Goal of the exercise:
Since only part of the material below is wanted, output exactly the lines from the one with "v12 (0,22.5,6)" up to and including the one with "e16 v15 v13 LINE".

[Start of Attachment]

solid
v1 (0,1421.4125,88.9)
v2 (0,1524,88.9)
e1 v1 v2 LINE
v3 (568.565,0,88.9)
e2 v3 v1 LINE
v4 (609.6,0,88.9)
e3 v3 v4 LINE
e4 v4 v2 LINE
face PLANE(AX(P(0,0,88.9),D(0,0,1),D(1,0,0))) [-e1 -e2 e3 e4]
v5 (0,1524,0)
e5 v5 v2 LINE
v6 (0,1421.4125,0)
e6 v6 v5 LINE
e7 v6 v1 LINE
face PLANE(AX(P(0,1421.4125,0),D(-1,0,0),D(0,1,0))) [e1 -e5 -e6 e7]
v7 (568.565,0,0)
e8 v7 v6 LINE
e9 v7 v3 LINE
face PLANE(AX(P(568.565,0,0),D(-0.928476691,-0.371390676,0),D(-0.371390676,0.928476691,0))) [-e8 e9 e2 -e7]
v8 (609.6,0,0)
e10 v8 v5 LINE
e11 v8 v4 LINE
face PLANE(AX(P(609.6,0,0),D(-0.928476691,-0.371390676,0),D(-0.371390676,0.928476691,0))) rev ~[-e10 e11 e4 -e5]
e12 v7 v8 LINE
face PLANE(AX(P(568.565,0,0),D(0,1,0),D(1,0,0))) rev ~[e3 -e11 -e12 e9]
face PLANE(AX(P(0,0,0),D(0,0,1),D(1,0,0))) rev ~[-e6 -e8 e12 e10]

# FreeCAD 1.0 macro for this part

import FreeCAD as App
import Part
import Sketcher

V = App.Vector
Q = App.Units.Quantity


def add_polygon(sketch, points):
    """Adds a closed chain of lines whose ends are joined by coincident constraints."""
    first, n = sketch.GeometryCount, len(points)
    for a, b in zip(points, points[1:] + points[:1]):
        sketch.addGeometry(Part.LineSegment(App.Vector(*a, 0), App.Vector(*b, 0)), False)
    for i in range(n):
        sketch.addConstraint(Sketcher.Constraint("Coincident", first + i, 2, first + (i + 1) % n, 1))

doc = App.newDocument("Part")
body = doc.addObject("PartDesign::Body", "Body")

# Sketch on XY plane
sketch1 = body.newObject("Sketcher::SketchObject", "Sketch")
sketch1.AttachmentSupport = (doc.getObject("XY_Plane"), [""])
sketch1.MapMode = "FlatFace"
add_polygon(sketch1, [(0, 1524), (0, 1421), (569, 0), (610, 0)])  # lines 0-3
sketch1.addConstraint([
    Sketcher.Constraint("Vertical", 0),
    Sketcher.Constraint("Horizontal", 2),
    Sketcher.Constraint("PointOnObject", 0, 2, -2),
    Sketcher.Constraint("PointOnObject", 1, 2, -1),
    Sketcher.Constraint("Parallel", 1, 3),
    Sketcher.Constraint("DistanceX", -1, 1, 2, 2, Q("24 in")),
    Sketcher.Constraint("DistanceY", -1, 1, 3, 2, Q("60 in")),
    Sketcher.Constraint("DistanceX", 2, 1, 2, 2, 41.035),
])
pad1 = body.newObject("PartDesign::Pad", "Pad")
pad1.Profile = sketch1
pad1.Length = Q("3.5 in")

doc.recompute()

[End of Attachment]
[Start of Attachment]

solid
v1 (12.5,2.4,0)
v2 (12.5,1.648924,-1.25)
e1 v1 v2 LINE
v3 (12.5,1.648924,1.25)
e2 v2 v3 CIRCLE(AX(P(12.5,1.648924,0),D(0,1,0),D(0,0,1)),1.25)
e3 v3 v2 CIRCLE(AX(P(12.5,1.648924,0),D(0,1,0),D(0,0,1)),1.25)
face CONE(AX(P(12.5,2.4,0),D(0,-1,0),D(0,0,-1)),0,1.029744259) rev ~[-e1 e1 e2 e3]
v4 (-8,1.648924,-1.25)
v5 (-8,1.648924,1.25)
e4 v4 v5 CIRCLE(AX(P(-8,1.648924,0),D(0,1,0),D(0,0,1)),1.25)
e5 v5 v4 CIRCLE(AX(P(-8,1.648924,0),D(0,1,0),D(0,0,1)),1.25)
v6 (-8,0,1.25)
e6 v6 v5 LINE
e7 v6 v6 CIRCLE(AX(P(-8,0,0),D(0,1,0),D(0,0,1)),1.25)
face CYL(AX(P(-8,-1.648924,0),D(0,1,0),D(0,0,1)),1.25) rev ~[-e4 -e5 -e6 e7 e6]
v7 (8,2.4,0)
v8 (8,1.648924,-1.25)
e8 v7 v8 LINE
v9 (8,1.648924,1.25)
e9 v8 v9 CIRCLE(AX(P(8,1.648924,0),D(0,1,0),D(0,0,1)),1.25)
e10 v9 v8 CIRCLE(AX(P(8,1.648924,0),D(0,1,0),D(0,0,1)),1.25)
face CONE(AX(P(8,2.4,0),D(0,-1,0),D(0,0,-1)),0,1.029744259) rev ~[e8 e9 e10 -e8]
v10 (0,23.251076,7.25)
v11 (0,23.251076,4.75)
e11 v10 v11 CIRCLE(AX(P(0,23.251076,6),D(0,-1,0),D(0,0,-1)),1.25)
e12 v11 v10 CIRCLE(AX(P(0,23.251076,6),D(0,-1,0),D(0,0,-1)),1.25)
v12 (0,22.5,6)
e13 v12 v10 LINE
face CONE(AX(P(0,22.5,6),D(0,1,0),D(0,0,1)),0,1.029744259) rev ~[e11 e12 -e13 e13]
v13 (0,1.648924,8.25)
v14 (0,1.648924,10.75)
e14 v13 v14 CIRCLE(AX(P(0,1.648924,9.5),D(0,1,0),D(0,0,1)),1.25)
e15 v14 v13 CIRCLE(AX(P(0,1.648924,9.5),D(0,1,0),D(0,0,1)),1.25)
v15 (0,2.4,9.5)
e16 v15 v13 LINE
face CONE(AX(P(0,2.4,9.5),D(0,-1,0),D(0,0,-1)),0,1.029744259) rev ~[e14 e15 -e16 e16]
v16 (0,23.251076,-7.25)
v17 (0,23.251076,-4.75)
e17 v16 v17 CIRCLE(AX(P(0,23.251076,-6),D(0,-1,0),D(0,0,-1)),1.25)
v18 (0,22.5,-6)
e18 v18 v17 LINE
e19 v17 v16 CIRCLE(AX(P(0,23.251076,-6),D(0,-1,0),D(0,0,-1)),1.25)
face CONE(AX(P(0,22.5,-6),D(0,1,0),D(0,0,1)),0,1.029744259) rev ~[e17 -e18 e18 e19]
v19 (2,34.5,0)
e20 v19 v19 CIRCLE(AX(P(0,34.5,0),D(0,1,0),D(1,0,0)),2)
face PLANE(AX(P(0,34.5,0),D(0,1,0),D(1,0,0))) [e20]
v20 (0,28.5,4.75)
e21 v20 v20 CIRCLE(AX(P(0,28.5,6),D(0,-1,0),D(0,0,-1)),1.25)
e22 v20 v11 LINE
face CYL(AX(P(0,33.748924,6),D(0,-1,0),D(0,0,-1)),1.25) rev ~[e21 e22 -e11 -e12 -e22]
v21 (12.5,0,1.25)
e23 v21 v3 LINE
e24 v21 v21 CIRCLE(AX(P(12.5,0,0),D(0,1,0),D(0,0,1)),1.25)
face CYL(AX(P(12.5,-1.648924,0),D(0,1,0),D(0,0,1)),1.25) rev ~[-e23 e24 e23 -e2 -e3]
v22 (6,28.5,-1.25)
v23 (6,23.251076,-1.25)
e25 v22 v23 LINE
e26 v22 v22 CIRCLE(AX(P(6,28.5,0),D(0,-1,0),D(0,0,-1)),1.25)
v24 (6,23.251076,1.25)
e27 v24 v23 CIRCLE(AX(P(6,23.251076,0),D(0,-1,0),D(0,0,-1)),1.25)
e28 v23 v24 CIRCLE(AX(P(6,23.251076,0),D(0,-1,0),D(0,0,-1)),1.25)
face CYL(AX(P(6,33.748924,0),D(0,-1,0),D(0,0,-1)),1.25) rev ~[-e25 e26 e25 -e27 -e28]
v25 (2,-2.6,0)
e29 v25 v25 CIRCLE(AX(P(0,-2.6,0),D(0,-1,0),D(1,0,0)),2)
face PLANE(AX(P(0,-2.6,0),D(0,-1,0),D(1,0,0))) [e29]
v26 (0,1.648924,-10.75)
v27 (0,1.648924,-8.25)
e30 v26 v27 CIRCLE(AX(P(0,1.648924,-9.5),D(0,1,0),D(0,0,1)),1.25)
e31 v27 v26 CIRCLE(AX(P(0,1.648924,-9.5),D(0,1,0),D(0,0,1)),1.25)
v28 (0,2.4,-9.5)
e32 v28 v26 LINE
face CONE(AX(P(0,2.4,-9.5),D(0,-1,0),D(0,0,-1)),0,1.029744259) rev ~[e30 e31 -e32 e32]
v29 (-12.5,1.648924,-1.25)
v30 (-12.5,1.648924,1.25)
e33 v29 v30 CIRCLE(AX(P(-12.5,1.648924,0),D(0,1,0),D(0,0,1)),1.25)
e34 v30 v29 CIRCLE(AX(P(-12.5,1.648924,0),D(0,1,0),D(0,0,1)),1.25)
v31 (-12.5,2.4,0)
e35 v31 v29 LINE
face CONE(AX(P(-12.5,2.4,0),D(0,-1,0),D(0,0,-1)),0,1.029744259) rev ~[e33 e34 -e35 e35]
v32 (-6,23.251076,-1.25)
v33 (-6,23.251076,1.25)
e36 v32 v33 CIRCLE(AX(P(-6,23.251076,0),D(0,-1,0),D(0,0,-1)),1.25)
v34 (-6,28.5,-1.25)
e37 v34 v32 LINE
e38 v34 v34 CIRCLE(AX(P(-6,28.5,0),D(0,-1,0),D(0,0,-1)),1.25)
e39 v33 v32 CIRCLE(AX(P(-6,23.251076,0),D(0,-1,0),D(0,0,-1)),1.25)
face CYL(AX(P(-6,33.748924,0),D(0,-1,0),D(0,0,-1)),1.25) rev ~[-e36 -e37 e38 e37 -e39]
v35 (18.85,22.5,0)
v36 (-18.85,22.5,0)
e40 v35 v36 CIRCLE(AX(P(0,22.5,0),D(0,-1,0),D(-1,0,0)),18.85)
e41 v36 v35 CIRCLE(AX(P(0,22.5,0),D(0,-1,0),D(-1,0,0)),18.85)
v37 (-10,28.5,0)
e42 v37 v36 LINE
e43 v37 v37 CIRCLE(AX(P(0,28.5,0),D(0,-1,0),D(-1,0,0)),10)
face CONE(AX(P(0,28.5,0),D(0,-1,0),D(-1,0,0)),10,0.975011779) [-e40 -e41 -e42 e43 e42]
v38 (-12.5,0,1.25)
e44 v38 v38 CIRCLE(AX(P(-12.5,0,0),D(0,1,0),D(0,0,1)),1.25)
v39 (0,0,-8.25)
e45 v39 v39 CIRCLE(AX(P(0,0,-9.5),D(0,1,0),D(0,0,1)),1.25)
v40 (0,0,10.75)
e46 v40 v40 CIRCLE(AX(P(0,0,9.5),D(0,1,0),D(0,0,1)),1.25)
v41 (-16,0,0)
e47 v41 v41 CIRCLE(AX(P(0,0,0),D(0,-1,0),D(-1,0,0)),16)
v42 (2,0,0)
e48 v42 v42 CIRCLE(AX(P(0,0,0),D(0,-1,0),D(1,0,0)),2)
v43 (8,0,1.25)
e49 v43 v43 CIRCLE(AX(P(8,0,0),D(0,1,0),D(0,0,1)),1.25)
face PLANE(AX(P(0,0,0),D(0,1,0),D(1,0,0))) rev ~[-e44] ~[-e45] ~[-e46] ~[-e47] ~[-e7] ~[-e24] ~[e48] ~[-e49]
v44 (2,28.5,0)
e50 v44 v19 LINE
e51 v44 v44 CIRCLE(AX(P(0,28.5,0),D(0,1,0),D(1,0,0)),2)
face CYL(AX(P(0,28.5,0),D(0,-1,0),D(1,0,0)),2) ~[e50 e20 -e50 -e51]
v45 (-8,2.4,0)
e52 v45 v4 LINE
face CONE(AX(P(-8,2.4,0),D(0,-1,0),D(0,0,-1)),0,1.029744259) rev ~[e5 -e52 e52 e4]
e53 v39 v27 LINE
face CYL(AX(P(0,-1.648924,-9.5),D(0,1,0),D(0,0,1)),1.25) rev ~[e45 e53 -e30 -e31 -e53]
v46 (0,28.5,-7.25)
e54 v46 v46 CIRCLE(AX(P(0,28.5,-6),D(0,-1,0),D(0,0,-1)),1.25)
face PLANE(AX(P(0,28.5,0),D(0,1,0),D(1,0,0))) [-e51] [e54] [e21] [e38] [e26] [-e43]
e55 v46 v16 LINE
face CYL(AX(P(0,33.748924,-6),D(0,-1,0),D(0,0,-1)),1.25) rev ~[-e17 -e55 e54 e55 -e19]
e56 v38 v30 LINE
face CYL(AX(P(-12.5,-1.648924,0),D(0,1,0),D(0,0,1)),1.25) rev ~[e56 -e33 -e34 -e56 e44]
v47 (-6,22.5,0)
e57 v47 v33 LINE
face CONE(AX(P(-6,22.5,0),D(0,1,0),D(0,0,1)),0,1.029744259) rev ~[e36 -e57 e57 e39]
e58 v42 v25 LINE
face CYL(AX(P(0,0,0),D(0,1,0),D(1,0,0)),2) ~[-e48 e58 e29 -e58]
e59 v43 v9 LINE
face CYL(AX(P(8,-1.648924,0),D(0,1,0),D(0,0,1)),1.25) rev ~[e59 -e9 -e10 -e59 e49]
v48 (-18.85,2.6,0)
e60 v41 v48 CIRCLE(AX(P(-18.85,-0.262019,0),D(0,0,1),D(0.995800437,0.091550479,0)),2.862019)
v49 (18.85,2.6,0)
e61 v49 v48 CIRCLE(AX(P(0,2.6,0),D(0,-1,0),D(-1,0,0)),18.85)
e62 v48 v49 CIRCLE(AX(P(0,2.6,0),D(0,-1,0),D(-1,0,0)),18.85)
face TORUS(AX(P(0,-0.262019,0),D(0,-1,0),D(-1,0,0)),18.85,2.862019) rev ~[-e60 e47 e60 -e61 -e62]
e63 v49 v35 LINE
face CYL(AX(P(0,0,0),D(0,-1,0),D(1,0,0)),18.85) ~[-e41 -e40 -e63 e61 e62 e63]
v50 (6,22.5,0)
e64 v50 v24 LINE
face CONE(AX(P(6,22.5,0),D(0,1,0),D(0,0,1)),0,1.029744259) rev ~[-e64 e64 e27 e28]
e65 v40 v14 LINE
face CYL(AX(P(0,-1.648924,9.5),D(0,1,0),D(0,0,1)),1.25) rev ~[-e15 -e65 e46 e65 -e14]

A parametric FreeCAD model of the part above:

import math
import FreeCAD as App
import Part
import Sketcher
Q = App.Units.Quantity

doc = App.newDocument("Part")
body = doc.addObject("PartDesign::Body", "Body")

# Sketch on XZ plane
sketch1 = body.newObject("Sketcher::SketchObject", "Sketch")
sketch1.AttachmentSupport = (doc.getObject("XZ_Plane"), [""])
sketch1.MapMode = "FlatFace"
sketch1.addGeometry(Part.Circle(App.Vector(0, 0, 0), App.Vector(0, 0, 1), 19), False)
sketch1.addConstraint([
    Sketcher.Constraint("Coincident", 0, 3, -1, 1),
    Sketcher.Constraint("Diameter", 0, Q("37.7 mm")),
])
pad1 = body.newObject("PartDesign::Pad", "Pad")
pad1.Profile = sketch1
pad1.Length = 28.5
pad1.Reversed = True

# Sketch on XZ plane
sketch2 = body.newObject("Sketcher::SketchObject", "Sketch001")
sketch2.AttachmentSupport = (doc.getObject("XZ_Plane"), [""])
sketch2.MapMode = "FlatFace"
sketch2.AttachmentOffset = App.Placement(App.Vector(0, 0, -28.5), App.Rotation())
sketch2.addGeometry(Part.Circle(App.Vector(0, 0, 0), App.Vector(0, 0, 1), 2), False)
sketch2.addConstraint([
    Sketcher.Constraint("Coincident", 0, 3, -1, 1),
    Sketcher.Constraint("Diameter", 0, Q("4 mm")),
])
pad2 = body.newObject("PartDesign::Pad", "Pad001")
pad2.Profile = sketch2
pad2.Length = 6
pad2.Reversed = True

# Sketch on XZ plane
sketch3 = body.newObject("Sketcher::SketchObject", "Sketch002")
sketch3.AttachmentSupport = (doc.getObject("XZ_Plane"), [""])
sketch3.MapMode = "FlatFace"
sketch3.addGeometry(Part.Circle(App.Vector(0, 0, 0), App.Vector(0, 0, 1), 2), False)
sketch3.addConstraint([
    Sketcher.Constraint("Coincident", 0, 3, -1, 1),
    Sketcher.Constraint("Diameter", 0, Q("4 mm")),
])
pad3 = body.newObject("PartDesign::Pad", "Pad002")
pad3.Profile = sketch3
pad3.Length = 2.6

[End of Attachment]

Task solution:
v12 (0,22.5,6)
e13 v12 v10 LINE
face CONE(AX(P(0,22.5,6),D(0,1,0),D(0,0,1)),0,1.029744259) rev ~[e11 e12 -e13 e13]
v13 (0,1.648924,8.25)
v14 (0,1.648924,10.75)
e14 v13 v14 CIRCLE(AX(P(0,1.648924,9.5),D(0,1,0),D(0,0,1)),1.25)
e15 v14 v13 CIRCLE(AX(P(0,1.648924,9.5),D(0,1,0),D(0,0,1)),1.25)
v15 (0,2.4,9.5)
e16 v15 v13 LINE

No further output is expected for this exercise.